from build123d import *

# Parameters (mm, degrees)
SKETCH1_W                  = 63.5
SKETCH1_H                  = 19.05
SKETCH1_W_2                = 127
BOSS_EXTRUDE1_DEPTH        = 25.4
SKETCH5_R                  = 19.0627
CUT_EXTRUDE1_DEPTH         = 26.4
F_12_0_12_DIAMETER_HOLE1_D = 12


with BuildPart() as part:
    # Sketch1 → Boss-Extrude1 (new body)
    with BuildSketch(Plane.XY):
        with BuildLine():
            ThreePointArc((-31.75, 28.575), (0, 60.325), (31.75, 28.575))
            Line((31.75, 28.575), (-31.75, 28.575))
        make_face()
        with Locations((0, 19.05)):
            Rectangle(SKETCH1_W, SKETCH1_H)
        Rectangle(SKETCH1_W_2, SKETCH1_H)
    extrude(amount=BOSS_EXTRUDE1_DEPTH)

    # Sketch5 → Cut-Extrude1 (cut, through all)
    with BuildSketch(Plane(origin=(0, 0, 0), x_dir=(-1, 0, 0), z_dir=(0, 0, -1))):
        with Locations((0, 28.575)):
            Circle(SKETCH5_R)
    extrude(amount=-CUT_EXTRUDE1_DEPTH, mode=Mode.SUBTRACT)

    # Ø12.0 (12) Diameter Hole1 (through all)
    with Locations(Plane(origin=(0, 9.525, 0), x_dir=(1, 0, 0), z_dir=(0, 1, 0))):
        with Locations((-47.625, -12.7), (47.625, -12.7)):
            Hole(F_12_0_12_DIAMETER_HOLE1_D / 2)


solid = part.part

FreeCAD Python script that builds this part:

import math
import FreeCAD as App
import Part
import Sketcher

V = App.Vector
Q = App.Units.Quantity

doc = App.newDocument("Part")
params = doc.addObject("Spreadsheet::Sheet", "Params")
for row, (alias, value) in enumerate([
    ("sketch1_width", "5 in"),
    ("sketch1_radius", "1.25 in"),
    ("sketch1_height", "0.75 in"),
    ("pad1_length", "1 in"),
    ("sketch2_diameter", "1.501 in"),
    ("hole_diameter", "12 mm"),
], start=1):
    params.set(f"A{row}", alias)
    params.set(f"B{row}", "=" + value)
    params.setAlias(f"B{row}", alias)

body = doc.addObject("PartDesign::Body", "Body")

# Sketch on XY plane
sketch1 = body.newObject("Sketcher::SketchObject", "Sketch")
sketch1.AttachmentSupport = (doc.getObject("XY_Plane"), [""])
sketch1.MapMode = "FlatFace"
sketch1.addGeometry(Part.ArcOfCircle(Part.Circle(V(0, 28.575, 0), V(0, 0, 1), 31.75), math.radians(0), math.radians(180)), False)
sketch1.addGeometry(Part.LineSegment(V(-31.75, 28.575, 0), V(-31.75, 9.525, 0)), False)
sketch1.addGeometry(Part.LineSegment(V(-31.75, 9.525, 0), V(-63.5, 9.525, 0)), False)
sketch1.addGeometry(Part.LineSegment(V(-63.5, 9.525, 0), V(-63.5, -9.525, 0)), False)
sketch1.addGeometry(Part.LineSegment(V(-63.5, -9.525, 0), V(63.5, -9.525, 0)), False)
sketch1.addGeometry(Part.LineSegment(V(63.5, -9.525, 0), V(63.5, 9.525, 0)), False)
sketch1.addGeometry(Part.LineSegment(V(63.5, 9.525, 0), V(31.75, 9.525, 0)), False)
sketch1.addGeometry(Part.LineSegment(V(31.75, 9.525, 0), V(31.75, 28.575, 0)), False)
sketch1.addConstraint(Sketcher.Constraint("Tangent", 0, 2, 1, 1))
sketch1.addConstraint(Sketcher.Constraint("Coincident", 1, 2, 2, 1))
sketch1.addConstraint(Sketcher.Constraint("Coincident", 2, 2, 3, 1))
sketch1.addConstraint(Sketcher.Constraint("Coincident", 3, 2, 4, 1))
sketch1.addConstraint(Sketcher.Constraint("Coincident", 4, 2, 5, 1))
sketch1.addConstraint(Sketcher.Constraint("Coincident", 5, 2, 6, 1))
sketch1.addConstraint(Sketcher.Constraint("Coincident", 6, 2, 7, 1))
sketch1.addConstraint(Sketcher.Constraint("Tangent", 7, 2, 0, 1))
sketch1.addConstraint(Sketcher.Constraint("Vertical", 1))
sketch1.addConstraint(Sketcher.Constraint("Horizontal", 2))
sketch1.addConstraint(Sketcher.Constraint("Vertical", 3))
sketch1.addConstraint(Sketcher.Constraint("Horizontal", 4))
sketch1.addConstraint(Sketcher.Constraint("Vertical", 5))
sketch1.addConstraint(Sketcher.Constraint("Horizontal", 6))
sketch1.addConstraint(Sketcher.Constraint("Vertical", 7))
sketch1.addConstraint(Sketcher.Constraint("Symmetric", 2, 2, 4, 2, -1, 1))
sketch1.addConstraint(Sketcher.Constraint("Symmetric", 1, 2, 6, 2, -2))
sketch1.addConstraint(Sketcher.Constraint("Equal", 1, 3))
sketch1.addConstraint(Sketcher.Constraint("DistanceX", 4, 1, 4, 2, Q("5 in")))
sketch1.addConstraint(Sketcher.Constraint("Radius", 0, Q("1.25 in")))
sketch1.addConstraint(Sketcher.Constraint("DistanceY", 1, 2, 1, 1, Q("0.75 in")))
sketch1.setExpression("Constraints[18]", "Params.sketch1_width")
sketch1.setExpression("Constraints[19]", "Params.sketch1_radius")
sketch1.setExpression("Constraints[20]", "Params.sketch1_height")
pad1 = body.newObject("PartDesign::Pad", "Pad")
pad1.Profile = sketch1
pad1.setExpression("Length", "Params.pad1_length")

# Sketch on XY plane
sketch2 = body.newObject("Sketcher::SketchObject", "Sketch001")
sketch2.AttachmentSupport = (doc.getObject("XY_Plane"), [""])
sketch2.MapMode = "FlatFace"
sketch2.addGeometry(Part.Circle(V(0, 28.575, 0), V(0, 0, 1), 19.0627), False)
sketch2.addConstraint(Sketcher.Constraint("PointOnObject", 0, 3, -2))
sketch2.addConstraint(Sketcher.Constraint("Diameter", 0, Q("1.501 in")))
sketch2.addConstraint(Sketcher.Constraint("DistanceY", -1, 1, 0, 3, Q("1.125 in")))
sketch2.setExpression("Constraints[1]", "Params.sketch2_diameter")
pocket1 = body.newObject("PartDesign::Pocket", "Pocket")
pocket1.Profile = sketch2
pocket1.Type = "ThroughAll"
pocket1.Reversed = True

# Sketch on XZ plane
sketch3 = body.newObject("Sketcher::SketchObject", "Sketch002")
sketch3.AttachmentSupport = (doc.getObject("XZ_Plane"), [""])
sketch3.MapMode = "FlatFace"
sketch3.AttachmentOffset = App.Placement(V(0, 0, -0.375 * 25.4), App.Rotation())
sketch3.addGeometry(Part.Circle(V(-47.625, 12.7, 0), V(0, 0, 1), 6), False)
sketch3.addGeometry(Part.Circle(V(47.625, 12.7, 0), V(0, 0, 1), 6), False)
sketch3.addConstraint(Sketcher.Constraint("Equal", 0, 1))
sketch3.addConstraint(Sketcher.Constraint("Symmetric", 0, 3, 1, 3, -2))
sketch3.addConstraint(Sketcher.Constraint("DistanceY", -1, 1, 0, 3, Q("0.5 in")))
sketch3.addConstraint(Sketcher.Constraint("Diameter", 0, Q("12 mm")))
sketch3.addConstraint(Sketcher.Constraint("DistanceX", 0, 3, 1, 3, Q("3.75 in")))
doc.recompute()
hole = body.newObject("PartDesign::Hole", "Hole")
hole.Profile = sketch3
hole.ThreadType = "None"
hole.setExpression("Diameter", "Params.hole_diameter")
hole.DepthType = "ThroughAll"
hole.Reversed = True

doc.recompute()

----------------

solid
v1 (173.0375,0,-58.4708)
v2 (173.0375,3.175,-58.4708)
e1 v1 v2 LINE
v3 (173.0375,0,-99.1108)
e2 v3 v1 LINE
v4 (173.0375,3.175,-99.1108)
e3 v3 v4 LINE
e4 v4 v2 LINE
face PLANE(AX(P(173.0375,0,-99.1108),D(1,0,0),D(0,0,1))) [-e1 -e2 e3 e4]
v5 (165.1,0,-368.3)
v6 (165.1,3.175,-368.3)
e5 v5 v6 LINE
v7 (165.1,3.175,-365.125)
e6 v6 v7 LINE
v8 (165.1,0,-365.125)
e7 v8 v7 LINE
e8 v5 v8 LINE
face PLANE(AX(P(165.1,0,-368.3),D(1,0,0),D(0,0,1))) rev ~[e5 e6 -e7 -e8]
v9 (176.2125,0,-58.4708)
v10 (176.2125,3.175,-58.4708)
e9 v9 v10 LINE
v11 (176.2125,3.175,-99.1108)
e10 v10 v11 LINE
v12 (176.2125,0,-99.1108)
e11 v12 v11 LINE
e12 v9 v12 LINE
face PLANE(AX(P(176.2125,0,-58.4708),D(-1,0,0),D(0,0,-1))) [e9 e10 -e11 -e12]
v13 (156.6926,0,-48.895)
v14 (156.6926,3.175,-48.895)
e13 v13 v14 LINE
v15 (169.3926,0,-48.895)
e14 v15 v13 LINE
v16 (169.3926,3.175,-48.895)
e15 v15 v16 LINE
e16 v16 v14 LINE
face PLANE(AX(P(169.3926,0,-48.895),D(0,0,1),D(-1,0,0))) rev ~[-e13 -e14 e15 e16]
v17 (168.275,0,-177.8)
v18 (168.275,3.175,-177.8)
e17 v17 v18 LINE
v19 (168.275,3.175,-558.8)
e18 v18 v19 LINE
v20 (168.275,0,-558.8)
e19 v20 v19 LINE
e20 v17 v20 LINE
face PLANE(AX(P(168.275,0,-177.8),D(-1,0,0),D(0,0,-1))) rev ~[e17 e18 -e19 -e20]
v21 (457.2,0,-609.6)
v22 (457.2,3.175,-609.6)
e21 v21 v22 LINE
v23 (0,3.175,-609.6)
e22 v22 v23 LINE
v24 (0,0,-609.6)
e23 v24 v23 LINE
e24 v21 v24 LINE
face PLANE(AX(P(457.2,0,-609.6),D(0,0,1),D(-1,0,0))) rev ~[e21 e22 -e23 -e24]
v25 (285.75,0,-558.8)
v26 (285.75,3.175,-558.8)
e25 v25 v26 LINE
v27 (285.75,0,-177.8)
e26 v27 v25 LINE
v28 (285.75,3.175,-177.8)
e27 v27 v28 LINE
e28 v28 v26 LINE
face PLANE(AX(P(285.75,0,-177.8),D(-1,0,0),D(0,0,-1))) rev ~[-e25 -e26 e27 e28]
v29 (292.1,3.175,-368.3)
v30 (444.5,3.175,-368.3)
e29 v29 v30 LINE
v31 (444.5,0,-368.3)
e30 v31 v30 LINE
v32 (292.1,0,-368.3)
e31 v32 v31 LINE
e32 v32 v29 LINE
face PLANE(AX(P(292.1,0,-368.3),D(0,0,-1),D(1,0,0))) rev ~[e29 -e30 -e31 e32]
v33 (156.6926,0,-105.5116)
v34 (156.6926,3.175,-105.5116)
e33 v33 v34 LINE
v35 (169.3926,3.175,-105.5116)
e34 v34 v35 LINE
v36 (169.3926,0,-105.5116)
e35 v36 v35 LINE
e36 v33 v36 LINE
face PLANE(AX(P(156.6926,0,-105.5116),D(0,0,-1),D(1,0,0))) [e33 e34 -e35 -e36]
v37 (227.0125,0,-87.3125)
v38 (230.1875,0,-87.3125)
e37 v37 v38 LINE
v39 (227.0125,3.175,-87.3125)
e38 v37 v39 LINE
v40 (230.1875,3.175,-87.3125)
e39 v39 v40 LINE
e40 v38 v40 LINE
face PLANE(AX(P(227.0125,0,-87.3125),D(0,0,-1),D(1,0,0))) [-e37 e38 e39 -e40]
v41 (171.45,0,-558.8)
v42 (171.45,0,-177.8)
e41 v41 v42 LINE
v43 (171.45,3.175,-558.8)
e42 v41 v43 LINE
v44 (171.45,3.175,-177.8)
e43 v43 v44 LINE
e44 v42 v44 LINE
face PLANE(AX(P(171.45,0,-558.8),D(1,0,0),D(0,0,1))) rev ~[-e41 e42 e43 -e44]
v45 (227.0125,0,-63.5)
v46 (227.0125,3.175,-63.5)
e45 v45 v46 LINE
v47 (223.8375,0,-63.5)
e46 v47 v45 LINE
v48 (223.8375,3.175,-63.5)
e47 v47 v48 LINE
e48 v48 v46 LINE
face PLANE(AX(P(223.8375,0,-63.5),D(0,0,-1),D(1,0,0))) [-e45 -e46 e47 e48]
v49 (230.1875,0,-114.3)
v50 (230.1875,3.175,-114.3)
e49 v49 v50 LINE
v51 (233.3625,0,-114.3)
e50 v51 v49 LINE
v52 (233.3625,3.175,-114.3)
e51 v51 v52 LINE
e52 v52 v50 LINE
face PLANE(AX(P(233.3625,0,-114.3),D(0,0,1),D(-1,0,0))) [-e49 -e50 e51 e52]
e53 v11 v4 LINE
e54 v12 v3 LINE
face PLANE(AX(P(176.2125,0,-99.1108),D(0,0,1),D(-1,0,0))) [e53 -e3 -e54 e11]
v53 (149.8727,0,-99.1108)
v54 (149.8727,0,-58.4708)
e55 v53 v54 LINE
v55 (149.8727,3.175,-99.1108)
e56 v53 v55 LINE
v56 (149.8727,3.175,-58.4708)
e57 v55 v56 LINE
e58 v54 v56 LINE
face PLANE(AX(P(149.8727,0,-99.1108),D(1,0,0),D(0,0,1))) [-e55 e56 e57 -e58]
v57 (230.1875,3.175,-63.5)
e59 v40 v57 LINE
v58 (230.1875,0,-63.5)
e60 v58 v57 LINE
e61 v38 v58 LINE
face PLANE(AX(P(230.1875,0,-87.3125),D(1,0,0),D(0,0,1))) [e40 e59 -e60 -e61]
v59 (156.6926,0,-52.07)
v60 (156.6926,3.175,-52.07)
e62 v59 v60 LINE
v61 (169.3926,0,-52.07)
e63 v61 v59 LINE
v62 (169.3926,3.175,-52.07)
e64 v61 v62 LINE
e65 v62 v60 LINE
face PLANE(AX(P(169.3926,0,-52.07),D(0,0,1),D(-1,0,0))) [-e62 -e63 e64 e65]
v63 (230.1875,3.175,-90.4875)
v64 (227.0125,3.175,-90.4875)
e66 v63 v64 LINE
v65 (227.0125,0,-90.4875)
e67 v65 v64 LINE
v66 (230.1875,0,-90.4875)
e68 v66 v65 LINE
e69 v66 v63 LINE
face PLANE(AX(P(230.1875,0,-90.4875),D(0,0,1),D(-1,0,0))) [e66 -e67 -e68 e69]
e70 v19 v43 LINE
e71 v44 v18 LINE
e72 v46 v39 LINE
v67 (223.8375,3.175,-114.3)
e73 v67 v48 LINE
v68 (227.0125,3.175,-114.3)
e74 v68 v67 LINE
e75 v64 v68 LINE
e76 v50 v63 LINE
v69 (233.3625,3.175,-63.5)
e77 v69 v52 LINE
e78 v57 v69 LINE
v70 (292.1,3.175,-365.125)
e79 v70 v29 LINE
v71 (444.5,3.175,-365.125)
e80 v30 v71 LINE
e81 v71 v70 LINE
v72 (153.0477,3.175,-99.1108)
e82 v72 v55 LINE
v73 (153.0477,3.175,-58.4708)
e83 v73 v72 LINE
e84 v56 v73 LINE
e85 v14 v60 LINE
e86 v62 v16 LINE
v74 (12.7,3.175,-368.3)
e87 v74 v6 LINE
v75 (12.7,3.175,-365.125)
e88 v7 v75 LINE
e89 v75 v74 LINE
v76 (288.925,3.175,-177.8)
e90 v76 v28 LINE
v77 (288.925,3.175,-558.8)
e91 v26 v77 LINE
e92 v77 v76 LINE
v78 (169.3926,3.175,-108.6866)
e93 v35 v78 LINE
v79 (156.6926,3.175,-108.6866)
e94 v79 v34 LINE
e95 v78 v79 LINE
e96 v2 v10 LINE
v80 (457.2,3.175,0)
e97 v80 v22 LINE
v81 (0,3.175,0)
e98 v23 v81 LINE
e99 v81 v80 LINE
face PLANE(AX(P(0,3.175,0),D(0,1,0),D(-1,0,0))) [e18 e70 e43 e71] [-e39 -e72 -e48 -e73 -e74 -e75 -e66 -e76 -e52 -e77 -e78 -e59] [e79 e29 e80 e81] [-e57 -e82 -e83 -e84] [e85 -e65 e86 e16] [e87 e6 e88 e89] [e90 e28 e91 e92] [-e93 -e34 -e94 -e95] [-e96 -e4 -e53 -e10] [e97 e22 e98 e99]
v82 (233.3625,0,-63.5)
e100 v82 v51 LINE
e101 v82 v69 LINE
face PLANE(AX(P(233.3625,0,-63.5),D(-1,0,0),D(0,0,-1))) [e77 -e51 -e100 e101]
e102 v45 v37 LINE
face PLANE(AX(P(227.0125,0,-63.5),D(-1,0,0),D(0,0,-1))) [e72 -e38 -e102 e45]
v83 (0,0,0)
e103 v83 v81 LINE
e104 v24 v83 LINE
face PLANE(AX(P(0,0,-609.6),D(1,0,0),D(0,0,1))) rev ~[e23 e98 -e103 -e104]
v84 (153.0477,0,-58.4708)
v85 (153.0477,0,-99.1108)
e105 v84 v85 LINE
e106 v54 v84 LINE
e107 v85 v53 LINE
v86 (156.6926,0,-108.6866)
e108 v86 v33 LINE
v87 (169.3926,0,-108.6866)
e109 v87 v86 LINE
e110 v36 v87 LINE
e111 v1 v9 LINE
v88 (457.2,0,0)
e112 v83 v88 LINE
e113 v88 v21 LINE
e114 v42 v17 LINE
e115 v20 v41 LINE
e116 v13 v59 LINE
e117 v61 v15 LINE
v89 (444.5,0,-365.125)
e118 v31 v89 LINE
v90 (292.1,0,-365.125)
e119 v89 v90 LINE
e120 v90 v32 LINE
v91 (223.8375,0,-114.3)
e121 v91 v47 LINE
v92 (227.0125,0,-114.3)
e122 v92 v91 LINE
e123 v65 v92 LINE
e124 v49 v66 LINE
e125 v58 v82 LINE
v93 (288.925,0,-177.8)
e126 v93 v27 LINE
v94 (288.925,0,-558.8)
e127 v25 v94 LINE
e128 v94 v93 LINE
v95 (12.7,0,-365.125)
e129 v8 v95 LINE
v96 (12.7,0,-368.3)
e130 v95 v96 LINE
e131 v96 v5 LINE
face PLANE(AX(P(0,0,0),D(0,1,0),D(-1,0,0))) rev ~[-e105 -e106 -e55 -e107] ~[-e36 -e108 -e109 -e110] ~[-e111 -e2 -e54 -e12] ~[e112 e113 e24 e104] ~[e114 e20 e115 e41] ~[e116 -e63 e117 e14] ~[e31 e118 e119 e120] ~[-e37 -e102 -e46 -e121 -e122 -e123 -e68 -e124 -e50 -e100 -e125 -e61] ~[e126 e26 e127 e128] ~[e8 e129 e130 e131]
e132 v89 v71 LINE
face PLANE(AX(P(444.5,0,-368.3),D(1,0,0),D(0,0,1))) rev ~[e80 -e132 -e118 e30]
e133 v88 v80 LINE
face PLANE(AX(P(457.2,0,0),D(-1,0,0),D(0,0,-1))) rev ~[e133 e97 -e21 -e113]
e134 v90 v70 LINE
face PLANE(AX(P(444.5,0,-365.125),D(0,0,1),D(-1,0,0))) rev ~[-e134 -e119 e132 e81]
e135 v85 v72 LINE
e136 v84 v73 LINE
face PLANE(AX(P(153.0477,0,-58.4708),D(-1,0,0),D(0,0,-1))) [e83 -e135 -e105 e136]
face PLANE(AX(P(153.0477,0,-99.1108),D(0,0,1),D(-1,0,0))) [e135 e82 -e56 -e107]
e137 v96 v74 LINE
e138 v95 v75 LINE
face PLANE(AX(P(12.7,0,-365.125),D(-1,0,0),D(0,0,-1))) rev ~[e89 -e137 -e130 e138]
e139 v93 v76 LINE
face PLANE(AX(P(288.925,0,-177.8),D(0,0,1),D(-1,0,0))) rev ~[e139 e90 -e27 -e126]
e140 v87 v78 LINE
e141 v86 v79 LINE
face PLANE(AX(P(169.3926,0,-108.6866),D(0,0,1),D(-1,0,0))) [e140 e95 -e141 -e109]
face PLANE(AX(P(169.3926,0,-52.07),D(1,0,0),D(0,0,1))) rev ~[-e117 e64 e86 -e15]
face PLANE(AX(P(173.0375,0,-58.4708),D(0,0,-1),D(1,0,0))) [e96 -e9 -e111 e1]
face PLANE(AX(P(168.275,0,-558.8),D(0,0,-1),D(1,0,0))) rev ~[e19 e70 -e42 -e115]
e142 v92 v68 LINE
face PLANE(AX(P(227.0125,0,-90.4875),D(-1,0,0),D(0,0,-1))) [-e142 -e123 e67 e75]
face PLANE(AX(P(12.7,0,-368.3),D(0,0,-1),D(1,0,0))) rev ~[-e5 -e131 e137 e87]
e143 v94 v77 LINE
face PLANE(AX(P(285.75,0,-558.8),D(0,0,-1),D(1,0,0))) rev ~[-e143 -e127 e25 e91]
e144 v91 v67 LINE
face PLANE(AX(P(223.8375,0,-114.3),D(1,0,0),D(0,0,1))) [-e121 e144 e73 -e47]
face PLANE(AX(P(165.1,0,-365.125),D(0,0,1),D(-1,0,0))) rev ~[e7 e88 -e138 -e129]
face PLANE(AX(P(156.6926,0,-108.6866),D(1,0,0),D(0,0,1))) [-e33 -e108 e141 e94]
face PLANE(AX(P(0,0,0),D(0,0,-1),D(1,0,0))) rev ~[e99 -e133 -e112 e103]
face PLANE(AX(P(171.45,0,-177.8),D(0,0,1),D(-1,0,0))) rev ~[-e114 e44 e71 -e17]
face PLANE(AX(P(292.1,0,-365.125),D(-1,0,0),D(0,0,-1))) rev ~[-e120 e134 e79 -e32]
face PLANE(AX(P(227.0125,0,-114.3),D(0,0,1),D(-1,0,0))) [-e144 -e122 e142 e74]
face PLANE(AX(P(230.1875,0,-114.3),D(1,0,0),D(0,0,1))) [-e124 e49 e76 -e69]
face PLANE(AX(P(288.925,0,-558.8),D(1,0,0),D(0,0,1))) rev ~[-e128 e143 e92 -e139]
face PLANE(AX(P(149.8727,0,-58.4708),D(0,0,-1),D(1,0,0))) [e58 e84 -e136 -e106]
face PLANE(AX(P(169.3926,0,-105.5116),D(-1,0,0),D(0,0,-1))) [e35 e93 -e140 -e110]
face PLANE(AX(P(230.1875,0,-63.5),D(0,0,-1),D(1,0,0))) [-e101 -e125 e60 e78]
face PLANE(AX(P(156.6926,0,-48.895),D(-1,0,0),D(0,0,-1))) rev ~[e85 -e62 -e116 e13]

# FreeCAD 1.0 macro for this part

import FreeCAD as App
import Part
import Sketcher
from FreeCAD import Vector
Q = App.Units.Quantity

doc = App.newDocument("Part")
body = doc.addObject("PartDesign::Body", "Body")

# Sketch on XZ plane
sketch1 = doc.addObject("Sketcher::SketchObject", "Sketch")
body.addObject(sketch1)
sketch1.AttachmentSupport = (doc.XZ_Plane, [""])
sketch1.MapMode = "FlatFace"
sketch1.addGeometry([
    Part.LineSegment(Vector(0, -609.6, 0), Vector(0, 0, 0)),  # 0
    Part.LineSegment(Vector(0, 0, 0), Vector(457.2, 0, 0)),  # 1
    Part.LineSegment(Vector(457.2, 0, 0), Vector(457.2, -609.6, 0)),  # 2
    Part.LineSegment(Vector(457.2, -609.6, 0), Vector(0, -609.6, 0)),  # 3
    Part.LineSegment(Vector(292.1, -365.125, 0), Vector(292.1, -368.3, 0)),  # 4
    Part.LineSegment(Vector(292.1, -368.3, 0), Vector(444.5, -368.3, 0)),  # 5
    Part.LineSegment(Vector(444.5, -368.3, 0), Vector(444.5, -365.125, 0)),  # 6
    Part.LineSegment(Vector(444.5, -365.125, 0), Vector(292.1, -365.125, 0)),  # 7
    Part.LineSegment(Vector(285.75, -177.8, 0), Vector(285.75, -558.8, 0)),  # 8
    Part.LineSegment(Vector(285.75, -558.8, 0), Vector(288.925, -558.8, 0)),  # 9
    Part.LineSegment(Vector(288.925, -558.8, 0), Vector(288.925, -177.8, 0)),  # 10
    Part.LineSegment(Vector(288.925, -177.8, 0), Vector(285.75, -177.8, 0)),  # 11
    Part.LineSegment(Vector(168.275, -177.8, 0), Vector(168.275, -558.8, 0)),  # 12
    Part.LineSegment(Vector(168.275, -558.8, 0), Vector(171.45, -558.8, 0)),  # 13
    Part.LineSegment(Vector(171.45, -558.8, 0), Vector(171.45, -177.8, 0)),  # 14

----------------

- _Task objective_
Report, using only a number, how many lines above hold the word "origin".

- _Task output_
2